Ein bisschen Frieden …

Die Zahl der Al-Quds-Marschierer halbierte sich gegenüber dem vergangenen Jahr, dafür waren doppelt so viele Gegendemonstranten da. Das meist gebrauchte Wort war „Frieden“

VON ALKE WIERTH

Nach Geschlechtern getrennt marschierten die knapp 500 Männer und Frauen, die am Samstag an der seit 1996 jährlich in Berlin stattfindenden Al-Quds-Demonstration teilnahmen. Sprechchöre waren kaum zu hören – wie bereits im letzten Jahr war die Demo als Schweigemarsch angemeldet worden. Zugleich gingen etwa 300 Menschen gegen den Al-Quds-Marsch auf die Straße.

Den strengen Auflagen der Polizei gemäß verzichteten die Al-Quds-Demonstranten auf Transparente mit antiisraelischen Parolen: „Frieden und Gerechtigkeit für alle“ forderten sie stattdessen oder sperriger: „Die Etablierung der Demokratie ist die einzige Lösung für Palästina“.

Al-Quds ist der arabische Name für Jerusalem.
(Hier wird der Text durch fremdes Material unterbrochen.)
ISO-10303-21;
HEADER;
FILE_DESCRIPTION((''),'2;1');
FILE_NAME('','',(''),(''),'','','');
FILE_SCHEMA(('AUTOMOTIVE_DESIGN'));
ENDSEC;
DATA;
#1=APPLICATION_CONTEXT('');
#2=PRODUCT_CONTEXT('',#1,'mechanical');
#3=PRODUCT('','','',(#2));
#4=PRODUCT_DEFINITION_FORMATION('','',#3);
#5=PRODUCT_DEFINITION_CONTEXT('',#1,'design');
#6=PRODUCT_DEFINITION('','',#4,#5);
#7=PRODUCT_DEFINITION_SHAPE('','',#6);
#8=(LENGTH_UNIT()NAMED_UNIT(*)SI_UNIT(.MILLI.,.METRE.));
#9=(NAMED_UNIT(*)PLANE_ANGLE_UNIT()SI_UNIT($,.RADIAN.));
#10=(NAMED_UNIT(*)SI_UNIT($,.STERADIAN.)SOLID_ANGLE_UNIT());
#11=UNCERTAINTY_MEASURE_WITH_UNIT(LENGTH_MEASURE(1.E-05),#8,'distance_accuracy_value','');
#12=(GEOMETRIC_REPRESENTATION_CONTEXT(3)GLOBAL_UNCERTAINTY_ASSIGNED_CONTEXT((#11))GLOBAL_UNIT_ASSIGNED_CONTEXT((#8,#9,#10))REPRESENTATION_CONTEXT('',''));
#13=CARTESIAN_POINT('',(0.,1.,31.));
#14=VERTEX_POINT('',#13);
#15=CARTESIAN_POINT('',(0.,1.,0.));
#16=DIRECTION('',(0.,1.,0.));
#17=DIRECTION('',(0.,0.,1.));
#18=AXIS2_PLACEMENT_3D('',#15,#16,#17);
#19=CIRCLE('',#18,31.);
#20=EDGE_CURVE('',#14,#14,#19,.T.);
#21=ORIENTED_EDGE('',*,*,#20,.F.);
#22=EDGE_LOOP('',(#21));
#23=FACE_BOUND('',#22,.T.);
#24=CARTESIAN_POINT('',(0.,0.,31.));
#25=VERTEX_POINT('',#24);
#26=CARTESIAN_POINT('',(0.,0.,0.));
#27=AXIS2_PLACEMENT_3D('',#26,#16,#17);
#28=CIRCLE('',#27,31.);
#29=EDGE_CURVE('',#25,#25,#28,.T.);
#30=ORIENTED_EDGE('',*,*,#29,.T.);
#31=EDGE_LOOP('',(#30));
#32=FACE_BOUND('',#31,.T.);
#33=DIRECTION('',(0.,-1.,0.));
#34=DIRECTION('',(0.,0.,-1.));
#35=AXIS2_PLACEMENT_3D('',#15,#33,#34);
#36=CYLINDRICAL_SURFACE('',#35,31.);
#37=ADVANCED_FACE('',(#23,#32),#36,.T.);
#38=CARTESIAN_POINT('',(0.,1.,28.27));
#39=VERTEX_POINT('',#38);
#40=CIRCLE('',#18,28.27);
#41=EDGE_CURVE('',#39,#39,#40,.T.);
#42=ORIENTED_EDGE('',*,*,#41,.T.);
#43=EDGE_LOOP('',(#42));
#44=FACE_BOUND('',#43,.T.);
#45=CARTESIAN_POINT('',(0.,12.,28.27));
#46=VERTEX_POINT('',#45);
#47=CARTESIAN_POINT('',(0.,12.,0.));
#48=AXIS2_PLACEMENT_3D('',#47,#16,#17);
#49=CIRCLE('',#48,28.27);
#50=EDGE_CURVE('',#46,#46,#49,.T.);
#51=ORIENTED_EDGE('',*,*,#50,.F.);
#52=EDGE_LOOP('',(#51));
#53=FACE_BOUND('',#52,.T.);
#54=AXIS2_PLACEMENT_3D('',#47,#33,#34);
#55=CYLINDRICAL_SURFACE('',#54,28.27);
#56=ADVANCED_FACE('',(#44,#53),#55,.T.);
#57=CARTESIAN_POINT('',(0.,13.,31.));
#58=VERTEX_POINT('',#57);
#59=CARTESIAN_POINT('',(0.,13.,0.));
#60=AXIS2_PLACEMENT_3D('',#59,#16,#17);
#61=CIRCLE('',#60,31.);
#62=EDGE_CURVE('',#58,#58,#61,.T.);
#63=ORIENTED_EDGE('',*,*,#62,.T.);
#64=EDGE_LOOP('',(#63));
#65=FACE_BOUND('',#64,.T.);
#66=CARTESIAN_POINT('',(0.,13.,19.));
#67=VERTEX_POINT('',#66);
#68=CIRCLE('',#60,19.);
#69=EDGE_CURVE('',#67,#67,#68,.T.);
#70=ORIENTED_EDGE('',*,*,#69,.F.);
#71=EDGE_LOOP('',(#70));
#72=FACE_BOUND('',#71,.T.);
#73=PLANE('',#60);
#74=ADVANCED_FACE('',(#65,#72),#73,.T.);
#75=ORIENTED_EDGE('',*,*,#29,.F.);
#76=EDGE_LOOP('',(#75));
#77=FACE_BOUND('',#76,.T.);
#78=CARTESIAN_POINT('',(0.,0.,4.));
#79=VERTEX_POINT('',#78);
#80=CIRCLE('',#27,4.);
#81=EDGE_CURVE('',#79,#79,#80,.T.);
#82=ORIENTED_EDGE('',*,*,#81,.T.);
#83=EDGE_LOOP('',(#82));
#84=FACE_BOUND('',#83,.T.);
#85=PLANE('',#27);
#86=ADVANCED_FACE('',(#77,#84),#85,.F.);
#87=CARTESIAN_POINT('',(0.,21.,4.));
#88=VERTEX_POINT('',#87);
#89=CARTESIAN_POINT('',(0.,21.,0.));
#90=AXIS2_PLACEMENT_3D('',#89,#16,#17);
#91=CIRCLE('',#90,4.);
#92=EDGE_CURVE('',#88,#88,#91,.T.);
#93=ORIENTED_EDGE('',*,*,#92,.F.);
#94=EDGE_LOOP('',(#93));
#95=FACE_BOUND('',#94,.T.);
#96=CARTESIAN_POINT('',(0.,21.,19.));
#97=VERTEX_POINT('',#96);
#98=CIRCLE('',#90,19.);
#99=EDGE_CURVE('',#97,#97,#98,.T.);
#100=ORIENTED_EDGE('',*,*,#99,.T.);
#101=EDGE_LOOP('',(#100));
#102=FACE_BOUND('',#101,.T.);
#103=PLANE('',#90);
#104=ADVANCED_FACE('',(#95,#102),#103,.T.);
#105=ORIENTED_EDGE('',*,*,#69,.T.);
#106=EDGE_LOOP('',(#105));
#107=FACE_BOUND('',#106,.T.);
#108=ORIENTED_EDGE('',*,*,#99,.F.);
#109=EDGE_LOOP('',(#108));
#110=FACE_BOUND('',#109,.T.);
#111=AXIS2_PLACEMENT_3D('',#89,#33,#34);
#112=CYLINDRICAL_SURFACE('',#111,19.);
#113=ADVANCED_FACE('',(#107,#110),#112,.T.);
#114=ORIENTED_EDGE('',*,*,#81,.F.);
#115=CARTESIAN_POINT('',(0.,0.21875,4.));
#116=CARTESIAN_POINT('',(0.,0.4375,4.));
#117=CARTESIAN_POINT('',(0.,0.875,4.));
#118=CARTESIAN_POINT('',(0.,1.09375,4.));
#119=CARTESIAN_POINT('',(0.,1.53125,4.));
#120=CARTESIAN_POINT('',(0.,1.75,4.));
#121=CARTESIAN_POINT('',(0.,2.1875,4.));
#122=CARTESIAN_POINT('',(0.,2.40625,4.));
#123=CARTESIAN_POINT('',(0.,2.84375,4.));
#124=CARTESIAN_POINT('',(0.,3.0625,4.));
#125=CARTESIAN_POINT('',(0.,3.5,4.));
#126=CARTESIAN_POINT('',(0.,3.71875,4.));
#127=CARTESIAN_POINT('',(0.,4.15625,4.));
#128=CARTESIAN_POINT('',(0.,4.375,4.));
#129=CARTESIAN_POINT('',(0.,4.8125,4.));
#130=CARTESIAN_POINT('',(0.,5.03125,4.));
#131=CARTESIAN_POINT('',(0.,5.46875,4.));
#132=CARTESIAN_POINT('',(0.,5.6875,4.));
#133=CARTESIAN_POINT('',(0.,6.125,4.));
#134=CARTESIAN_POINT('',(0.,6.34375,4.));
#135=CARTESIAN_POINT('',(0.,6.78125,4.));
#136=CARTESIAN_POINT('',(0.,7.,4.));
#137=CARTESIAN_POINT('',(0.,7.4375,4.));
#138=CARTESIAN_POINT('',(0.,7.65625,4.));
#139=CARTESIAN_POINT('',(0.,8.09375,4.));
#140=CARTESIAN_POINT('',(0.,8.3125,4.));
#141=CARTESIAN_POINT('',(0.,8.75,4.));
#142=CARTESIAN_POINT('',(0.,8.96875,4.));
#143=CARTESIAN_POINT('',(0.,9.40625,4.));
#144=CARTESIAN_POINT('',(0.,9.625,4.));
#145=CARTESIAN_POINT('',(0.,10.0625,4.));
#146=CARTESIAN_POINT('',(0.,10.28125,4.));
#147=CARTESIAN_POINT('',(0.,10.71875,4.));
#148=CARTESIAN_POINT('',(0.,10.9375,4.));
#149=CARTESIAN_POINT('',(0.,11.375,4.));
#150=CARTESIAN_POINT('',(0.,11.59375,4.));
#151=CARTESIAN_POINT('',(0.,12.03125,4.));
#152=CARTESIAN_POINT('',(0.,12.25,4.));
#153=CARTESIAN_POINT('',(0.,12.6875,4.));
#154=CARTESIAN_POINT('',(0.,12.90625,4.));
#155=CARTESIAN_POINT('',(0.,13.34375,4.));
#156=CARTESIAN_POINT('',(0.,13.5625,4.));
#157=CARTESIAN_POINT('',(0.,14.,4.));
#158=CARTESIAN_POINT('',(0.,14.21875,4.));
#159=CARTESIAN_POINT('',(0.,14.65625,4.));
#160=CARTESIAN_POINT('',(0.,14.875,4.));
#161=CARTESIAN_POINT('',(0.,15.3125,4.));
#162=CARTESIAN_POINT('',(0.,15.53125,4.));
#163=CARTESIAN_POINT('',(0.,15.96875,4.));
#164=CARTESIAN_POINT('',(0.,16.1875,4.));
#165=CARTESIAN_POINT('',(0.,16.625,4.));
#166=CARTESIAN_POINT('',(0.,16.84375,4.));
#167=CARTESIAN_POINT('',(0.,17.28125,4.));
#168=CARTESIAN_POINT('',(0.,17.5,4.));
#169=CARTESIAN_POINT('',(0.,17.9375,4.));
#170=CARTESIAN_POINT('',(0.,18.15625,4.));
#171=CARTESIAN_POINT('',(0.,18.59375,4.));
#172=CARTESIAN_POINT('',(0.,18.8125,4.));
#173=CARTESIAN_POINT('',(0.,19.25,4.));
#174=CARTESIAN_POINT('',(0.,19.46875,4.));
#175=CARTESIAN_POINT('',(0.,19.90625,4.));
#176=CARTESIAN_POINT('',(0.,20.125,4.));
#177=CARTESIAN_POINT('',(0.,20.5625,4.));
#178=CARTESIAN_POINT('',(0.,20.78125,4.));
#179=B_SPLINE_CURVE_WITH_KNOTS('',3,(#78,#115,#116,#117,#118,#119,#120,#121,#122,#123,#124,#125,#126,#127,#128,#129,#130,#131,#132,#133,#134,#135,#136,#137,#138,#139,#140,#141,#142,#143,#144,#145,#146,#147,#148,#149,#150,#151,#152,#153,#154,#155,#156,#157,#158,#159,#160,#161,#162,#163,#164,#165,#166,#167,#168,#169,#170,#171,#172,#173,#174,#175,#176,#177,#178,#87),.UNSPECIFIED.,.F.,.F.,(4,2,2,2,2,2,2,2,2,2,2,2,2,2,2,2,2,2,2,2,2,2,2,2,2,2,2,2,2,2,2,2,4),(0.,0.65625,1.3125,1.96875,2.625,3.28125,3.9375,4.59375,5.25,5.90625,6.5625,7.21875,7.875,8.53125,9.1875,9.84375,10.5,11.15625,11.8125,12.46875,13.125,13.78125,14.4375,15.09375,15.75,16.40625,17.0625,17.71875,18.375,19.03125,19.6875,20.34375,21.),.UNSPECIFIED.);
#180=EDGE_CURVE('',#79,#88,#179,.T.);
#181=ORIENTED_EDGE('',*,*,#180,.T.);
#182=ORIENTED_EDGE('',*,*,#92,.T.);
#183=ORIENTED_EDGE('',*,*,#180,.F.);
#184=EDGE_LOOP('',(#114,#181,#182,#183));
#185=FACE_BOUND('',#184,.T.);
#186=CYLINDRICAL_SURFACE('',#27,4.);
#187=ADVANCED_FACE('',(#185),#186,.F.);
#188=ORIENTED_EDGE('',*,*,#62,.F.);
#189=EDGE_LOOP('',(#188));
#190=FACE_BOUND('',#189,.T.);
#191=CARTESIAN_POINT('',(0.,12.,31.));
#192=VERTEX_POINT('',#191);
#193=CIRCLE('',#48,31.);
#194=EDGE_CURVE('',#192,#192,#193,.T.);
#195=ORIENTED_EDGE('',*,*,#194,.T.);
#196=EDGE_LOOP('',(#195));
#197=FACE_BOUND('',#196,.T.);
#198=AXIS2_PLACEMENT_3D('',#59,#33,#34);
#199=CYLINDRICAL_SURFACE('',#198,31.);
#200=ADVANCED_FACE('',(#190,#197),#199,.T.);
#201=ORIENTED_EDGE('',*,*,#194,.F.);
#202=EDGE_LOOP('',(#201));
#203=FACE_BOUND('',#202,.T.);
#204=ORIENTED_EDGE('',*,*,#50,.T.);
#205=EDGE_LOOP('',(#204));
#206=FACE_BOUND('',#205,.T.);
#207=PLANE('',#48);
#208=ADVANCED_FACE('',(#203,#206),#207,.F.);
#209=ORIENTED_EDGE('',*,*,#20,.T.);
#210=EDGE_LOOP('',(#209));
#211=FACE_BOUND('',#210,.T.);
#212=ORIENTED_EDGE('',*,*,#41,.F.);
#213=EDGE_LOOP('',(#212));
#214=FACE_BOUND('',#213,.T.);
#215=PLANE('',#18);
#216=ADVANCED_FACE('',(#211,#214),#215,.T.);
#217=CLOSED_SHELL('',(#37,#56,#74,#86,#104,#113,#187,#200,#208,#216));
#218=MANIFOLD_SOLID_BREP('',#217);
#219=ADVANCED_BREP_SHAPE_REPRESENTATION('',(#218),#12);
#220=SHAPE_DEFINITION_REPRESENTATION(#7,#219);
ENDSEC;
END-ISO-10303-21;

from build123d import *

# Parameters (mm, degrees)
SKETCH_1_R          = 31
EXTRUDE_1_DEPTH     = 1
SKETCH_2_R          = 28.27
EXTRUDE_2_DEPTH     = 11
SKETCH_3_R          = 31
EXTRUDE_3_DEPTH     = 1
SKETCH_4_R          = 19
EXTRUDE_4_DEPTH     = 8
SKETCH_5_R          = 4
CUT_EXTRUDE_1_DEPTH = 49.610698411


with BuildPart() as part:
    # Эскиз1 → Бобышка-Вытянуть1 (new body)
    with BuildSketch(Plane(origin=(0, 0, 0), x_dir=(1, 0, 0), z_dir=(0, 1, 0))):
        with Locations(Location((0, 0, 0), (0, 0, 270))):
            Circle(SKETCH_1_R)
    extrude(amount=EXTRUDE_1_DEPTH)

    # Эскиз2 → Бобышка-Вытянуть2 (add)
    with BuildSketch(Plane(origin=(0, 1, 0), x_dir=(1, 0, 0), z_dir=(0, 1, 0))):
        with Locations(Location((0, 0, 0), (0, 0, 270))):
            Circle(SKETCH_2_R)
    extrude(amount=EXTRUDE_2_DEPTH)

    # Эскиз3 → Бобышка-Вытянуть3 (add)
    with BuildSketch(Plane(origin=(0, 12, 0), x_dir=(1, 0, 0), z_dir=(0, 1, 0))):
        with Locations(Location((0, 0, 0), (0, 0, 270))):
            Circle(SKETCH_3_R)
    extrude(amount=EXTRUDE_3_DEPTH)

    # Эскиз4 → Бобышка-Вытянуть4 (add)
    with BuildSketch(Plane(origin=(0, 13, 0), x_dir=(1, 0, 0), z_dir=(0, 1, 0))):
        with Locations(Location((0, 0, 0), (0, 0, 270))):
            Circle(SKETCH_4_R)
    extrude(amount=EXTRUDE_4_DEPTH)

    # Эскиз5 → Вырез-Вытянуть1 (cut, through all)
    with BuildSketch(Plane(origin=(0, 21, 0), x_dir=(1, 0, 0), z_dir=(0, 1, 0))):
        with Locations(Location((0, 0, 0), (0, 0, 270))):
            Circle(SKETCH_5_R)
    extrude(amount=-CUT_EXTRUDE_1_DEPTH, mode=Mode.SUBTRACT)


solid = part.part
Der iranische Revolutionsführer Chomeini hatte den Al-Quds-Tag 1979 begründet, als er den letzten Freitag des islamischen Fastenmonats Ramadan zum „Kampftag aller Muslime gegen Israel“ ausrief. An den seither weltweit stattfindenden Demonstrationen beteiligen sich überwiegend schiitische Extremisten.

Die vom iranischen Präsidenten Mahmud Ahmadinedschad zum diesjährigen Al-Quds-Tag erneuerte Drohung, Israel „von der Landkarte zu tilgen“, hatte in der vergangenen Woche international scharfe Proteste ausgelöst. Den Berliner Al-Quds-Demonstranten war von Innensenator Ehrhart Körting (SPD) verboten worden, sich auf Ahmadinedschads Äußerungen zu beziehen.

Mobilisierend hatten diese offenbar nicht gewirkt: Nur halb so viele Teilnehmer wie im vergangenen Jahr kamen zu der Antiisraeldemonstration. Wenige davon waren Berliner. Viele seien in Bussen angereist, hieß es auf der Demo. Neben Deutsch wurde unter den Demonstranten überwiegend Türkisch und Persisch gesprochen.

Ungefähr 100 Frauen, keine ohne Kopftuch, führten den Marsch vom Adenauer- bis zum Kantplatz an. Während in ihrem Block geplaudert wurde, war die Stimmung unter den männlichen Teilnehmern deutlich weniger entspannt.

An der Kreuzung zur Schlüterstraße, wo die vom „Berliner Bündnis gegen den Al-Quds-Tag“ organisierte Protestkundgebung stattfand, kam es zu Rangeleien mit Gegendemonstranten, die über die Absperrungen der Polizei bis zur Kantstraße vorgedrungen waren. Sie trugen israelische Fahnen und skandierten Sprechchöre wie „Lang lebe Israel“ oder auch „Israel ist ein jüdischer Staat, der das Recht auf Atombomben hat“.

Als sie von Teilnehmern der Al-Quds-Demonstration angegriffen wurden, trennte die Polizei die sich wechselseitig als „Nazis“ beschimpfenden Gruppen. Auch von ihrem eigenen Begleitfahrzeug aus wurden die Al-Quds-Demonstranten immer wieder ermahnt sich „nicht provozieren“ zu lassen. Frieden war denn auch das am häufigsten gebrauchte Wort in den Reden der Abschlusskundgebung. Während die Al-Quds-Demonstration um 13.30 Uhr auf dem Kantplatz mit einem Gebet beendet wurde – im Hintergrund warben Gegendemonstranten auf ihren Plakaten für „Sex statt Scharia“ –, tanzte in der Schlüterstraße noch die „Kreuzberger Musikalische Aktion“.

Zuvor hatte dort DGB-Chef Michael Sommer die Äußerungen des iranischen Präsidenten als „Aufruf zum Völkermord“ bezeichnet. Zu der vom „Berliner Bündnis gegen den Al-Quds-Tag“ zum dritten Mal organisierten Gegenkundgebung waren mit 300 Teilnehmern gut doppelt so viele gekommen wie im letzten Jahr, darunter Politiker von SPD, PDS und den Grünen.

Zu den Unterstützern des Bündnisses gehören unter anderem das Europäische Zentrum für kurdische Studien, die Deutsch-Israelische Gesellschaft, der Verein iranischer Flüchtlinge und die Türkische Gemeinde Deutschland.